Center to Improve Veteran Involvement in Care, VA Portland Health Care System, 3710 SW U.S. Veterans Hospital Rd., Portland, OR 97239, United States; School of Public Health, Oregon Health & Science University, 840 SW Gaines St, Portland, OR 97239, United States.
Center to Improve Veteran Involvement in Care, VA Portland Health Care System, 3710 SW U.S. Veterans Hospital Rd., Portland, OR 97239, United States; Department of Psychiatry, Oregon Health & Science University, 3181 SW Sam Jackson Park Rd, Portland, OR 97239, United States.
Drug Alcohol Depend. 2021 Nov 1;228:108923. doi: 10.1016/j.drugalcdep.2021.108923. Epub 2021 Jul 29.
A growing body of research has examined adjunctive interventions supportive of engagement and retention in treatment among patients receiving buprenorphine for opioid use disorder (OUD). We conducted a systematic review of the literature addressing the effect on key outcomes of adjunctive interventions provided alongside standard medical management of buprenorphine in outpatient settings.
We included prospective studies examining adults receiving buprenorphine paired with an adjunctive intervention for the treatment of OUD in an outpatient setting. Data sources included Medline, Cochrane Central Register of Controlled Trials, CINAHL and PsycINFO from inception through January 2020. Two raters independently reviewed full-text articles, abstracted data and appraised risk of bias. Outcomes examined included abstinence, retention in treatment and non-addiction-related health outcomes.

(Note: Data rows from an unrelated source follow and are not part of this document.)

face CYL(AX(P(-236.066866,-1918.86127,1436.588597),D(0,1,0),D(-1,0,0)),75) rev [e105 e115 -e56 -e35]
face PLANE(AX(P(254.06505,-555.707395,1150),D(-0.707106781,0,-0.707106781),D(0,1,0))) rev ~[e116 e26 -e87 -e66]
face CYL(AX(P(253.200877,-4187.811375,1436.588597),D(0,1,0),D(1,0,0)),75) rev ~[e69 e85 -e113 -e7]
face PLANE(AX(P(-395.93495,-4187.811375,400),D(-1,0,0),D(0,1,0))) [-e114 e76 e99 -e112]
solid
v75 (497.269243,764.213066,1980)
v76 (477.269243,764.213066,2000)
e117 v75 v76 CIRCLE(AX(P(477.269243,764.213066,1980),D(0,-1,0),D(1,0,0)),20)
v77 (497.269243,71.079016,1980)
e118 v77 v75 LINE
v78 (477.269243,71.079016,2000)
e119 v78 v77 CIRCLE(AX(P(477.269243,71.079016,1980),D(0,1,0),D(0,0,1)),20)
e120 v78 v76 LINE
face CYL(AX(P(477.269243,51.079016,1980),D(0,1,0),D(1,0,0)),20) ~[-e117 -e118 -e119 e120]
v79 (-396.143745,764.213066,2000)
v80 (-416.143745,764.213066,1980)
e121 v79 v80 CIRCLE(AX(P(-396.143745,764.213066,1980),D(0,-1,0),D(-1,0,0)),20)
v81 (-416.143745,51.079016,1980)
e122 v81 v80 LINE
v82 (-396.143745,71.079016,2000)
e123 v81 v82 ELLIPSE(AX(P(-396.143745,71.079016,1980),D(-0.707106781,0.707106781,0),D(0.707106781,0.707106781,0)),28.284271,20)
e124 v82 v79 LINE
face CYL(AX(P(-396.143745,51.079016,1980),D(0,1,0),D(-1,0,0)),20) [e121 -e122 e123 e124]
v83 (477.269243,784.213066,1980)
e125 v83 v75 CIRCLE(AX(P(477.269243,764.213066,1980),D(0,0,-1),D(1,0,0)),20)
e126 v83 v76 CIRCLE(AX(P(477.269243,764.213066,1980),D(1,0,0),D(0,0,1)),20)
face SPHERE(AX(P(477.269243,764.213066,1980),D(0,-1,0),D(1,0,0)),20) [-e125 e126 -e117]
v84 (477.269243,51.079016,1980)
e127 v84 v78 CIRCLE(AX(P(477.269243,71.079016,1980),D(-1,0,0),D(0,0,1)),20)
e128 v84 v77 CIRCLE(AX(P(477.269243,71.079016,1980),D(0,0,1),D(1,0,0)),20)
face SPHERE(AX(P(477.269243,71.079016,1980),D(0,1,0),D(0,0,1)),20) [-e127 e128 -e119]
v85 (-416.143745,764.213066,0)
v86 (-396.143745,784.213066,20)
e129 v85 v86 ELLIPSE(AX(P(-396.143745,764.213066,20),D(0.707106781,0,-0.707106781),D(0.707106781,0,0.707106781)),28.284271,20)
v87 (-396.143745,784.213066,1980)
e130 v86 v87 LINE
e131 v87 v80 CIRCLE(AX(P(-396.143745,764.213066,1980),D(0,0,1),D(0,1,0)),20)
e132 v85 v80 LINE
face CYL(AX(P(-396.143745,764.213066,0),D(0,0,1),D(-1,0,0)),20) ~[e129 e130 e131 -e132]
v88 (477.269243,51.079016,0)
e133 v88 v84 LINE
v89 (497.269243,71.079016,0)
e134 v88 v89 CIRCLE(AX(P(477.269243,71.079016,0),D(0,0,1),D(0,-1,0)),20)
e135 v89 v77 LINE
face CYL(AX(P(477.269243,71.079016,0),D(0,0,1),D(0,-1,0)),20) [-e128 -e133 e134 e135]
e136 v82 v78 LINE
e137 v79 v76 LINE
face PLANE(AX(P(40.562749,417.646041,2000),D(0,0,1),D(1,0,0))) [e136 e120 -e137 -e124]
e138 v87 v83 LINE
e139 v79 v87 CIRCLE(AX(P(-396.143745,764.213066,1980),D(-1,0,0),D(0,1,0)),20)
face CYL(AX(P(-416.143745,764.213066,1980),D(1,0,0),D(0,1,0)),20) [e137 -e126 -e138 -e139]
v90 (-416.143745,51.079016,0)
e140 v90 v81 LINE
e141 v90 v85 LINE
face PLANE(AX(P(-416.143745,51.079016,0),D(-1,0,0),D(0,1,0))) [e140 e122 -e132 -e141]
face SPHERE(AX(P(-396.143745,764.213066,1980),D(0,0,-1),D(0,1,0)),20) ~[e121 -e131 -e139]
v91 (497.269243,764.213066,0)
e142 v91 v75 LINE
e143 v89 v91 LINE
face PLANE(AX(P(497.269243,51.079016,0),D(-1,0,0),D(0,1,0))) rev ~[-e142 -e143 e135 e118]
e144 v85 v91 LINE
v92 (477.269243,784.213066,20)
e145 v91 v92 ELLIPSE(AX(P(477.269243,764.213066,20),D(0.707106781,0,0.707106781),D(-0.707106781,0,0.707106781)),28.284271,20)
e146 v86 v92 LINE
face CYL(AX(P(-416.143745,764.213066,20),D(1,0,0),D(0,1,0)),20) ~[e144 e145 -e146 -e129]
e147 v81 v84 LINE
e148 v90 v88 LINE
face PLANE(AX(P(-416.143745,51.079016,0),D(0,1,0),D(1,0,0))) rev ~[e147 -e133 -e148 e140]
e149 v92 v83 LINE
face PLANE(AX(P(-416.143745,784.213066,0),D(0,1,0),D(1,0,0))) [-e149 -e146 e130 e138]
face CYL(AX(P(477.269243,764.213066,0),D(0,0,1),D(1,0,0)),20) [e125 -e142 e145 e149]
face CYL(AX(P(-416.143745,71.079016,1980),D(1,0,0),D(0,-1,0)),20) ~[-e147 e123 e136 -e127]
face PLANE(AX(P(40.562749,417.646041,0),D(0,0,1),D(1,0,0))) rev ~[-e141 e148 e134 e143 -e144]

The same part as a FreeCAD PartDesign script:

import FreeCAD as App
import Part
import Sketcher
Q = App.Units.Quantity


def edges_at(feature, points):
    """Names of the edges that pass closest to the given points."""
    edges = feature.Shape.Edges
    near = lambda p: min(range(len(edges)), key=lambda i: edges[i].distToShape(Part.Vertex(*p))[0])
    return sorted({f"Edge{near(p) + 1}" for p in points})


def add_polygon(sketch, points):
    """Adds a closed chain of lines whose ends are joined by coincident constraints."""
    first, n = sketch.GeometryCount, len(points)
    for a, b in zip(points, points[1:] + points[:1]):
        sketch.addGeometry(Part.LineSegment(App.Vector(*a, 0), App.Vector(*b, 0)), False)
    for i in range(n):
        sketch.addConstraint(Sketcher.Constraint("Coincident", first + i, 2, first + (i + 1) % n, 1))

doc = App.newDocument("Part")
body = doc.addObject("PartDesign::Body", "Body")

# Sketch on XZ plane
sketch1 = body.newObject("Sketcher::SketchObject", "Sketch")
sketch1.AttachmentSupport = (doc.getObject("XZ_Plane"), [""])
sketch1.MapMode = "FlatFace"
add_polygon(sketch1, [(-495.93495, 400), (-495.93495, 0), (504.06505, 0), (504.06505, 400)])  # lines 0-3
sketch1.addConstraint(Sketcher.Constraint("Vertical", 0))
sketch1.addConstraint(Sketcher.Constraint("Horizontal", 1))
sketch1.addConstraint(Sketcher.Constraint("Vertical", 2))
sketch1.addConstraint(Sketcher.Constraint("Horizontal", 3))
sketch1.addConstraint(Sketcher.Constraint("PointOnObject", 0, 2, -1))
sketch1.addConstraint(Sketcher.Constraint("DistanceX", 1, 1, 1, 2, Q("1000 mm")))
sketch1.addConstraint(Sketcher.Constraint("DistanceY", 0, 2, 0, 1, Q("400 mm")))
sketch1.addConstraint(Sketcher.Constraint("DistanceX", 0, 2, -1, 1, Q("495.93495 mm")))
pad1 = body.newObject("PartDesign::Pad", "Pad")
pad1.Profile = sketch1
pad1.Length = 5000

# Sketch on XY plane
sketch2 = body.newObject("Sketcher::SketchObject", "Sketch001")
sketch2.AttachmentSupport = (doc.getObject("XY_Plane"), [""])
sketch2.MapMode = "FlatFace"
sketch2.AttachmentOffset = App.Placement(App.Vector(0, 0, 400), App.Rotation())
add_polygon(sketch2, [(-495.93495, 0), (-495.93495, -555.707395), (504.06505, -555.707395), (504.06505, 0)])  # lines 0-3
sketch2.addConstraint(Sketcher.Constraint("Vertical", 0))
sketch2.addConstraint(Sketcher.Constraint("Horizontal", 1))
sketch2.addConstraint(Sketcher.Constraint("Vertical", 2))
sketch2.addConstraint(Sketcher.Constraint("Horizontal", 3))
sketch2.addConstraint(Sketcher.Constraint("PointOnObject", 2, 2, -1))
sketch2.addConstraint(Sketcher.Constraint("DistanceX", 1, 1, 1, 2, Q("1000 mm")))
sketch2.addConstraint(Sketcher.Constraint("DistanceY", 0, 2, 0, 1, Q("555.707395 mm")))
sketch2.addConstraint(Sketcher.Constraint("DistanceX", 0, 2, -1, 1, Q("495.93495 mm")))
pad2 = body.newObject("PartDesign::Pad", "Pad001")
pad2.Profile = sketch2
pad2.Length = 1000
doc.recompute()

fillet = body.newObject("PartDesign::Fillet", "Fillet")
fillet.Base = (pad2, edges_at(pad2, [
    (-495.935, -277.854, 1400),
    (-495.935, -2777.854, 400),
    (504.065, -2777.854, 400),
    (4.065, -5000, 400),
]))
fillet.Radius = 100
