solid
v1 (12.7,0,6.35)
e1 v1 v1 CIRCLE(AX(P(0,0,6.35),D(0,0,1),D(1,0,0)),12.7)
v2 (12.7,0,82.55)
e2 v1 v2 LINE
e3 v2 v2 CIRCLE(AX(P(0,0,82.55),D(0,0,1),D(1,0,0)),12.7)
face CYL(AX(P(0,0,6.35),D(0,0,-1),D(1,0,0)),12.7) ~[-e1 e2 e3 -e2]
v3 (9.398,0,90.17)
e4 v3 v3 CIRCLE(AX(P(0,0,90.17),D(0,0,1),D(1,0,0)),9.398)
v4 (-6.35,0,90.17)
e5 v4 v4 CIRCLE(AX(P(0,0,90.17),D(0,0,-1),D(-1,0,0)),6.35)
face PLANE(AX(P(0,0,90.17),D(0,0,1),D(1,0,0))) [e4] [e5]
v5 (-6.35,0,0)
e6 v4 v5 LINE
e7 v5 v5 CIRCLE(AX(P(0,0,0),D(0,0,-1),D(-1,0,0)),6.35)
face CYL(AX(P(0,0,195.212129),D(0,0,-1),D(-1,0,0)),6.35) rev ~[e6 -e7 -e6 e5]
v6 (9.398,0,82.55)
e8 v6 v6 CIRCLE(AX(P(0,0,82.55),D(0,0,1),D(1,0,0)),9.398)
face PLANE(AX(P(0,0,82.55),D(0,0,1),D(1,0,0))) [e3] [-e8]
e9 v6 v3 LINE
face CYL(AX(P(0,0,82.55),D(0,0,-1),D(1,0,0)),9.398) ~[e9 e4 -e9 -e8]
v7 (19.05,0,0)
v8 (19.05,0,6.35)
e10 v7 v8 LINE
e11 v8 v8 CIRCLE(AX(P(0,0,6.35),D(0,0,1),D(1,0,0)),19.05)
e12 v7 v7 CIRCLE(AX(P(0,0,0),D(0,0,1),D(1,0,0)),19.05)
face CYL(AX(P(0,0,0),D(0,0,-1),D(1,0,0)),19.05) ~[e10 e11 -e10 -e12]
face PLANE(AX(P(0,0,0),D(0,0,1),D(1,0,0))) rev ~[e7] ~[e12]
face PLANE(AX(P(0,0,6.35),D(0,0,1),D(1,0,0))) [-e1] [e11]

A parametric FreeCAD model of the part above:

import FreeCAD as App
import Part
import Sketcher
from FreeCAD import Vector
Q = App.Units.Quantity

doc = App.newDocument("Part")
body = doc.addObject("PartDesign::Body", "Body")

sketch1 = body.newObject("Sketcher::SketchObject", "Sketch")
sketch1.AttachmentSupport = (doc.getObject("XY_Plane"), [""])
sketch1.MapMode = "FlatFace"
sketch1.addGeometry(Part.Circle(Vector(0, 0, 0), Vector(0, 0, 1), 19), False)
sketch1.addConstraint([
    Sketcher.Constraint("Coincident", 0, 3, -1, 1),
    Sketcher.Constraint("Diameter", 0, Q("1.5 in")),
])
pad1 = body.newObject("PartDesign::Pad", "Pad")
pad1.Profile = sketch1
pad1.Length = Q("0.25 in")

sketch2 = body.newObject("Sketcher::SketchObject", "Sketch001")
sketch2.AttachmentSupport = (doc.getObject("XY_Plane"), [""])
sketch2.MapMode = "FlatFace"
sketch2.AttachmentOffset = App.Placement(Vector(0, 0, 0.25 * 25.4), App.Rotation())
sketch2.addGeometry(Part.Circle(Vector(0, 0, 0), Vector(0, 0, 1), 13), False)
sketch2.addConstraint([
    Sketcher.Constraint("Coincident", 0, 3, -1, 1),
    Sketcher.Constraint("Diameter", 0, Q("1 in")),
])
pad2 = body.newObject("PartDesign::Pad", "Pad001")
pad2.Profile = sketch2
pad2.Length = Q("3 in")

sketch3 = body.newObject("Sketcher::SketchObject", "Sketch002")
sketch3.AttachmentSupport = (doc.getObject("XY_Plane"), [""])
sketch3.MapMode = "FlatFace"
sketch3.AttachmentOffset = App.Placement(Vector(0, 0, 3.25 * 25.4), App.Rotation())
sketch3.addGeometry(Part.Circle(Vector(0, 0, 0), Vector(0, 0, 1), 9), False)
sketch3.addConstraint([
    Sketcher.Constraint("Coincident", 0, 3, -1, 1),
    Sketcher.Constraint("Diameter", 0, Q("0.74 in")),
])
pad3 = body.newObject("PartDesign::Pad", "Pad002")
pad3.Profile = sketch3
pad3.Length = Q("0.3 in")

sketch4 = body.newObject("Sketcher::SketchObject", "Sketch003")
sketch4.AttachmentSupport = (doc.getObject("XY_Plane"), [""])
sketch4.MapMode = "FlatFace"
sketch4.AttachmentOffset = App.Placement(Vector(0, 0, 3.55 * 25.4), App.Rotation())
sketch4.addGeometry(Part.Circle(Vector(0, 0, 0), Vector(0, 0, 1), 6), False)
sketch4.addConstraint([
    Sketcher.Constraint("Coincident", 0, 3, -1, 1),
    Sketcher.Constraint("Diameter", 0, Q("0.5 in")),
])
doc.recompute()
hole = body.newObject("PartDesign::Hole", "Hole")
hole.Profile = sketch4
hole.ThreadType = "None"
hole.Diameter = Q("0.5 in")
hole.DepthType = "ThroughAll"

doc.recompute()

The final review includes 20 manuscripts, 11 randomized control trials (RCTs), three secondary analyses of RCTs and six observational studies. Most studies examined psychosocial interventions (n = 14). Few examined complementary therapies (e.g., yoga; n = 2) or technological interventions (e.g., electronic pill dispensation; n = 3); one study examined an intervention addressing structural barriers to care (patient navigators; n = 1). Low risk of bias RCTs found no evidence that adding psychosocial interventions to buprenorphine treatment improves substance use outcomes.
Research is needed to identify adjunctive interventions with potential to support medication adherence and addiction-related outcomes for patients engaged in buprenorphine treatment. Data from clinical trials suggest that lack of ready access to psychosocial treatments should not discourage clinicians from prescribing buprenorphine.
越来越多的研究考察了辅助干预措施,以支持接受丁丙诺啡治疗阿片类药物使用障碍(OUD)的患者参与和坚持治疗。我们对文献进行了系统评价,探讨了在门诊环境下,除了丁丙诺啡标准医学管理之外,附加干预措施对关键结果的影响。
我们纳入了前瞻性研究,这些研究考察了在门诊环境下接受丁丙诺啡治疗并同时接受辅助干预治疗 OUD 的成年人。数据来源包括从建库至 2020 年 1 月的 Medline、Cochrane 对照试验中心注册库、CINAHL 和 PsycINFO。两名评审员独立审查全文文章、提取数据并评估偏倚风险。考察的结果包括戒除、治疗保留和与成瘾无关的健康结果。
最终的综述包括 20 篇文献,11 项随机对照试验(RCT)、3 项 RCT 的二次分析和 6 项观察性研究。大多数研究考察了心理社会干预(n=14)。很少有研究考察补充疗法(如瑜伽;n=2)或技术干预(如电子药丸分发;n=3);一项研究考察了针对护理结构障碍的干预措施(患者导航员;n=1)。低偏倚风险的 RCT 发现,在丁丙诺啡治疗中添加心理社会干预并不能改善物质使用结果。
需要研究确定有潜力支持接受丁丙诺啡治疗的患者药物依从性和成瘾相关结果的辅助干预措施。临床试验数据表明,缺乏获得心理社会治疗的机会不应阻止临床医生开具丁丙诺啡。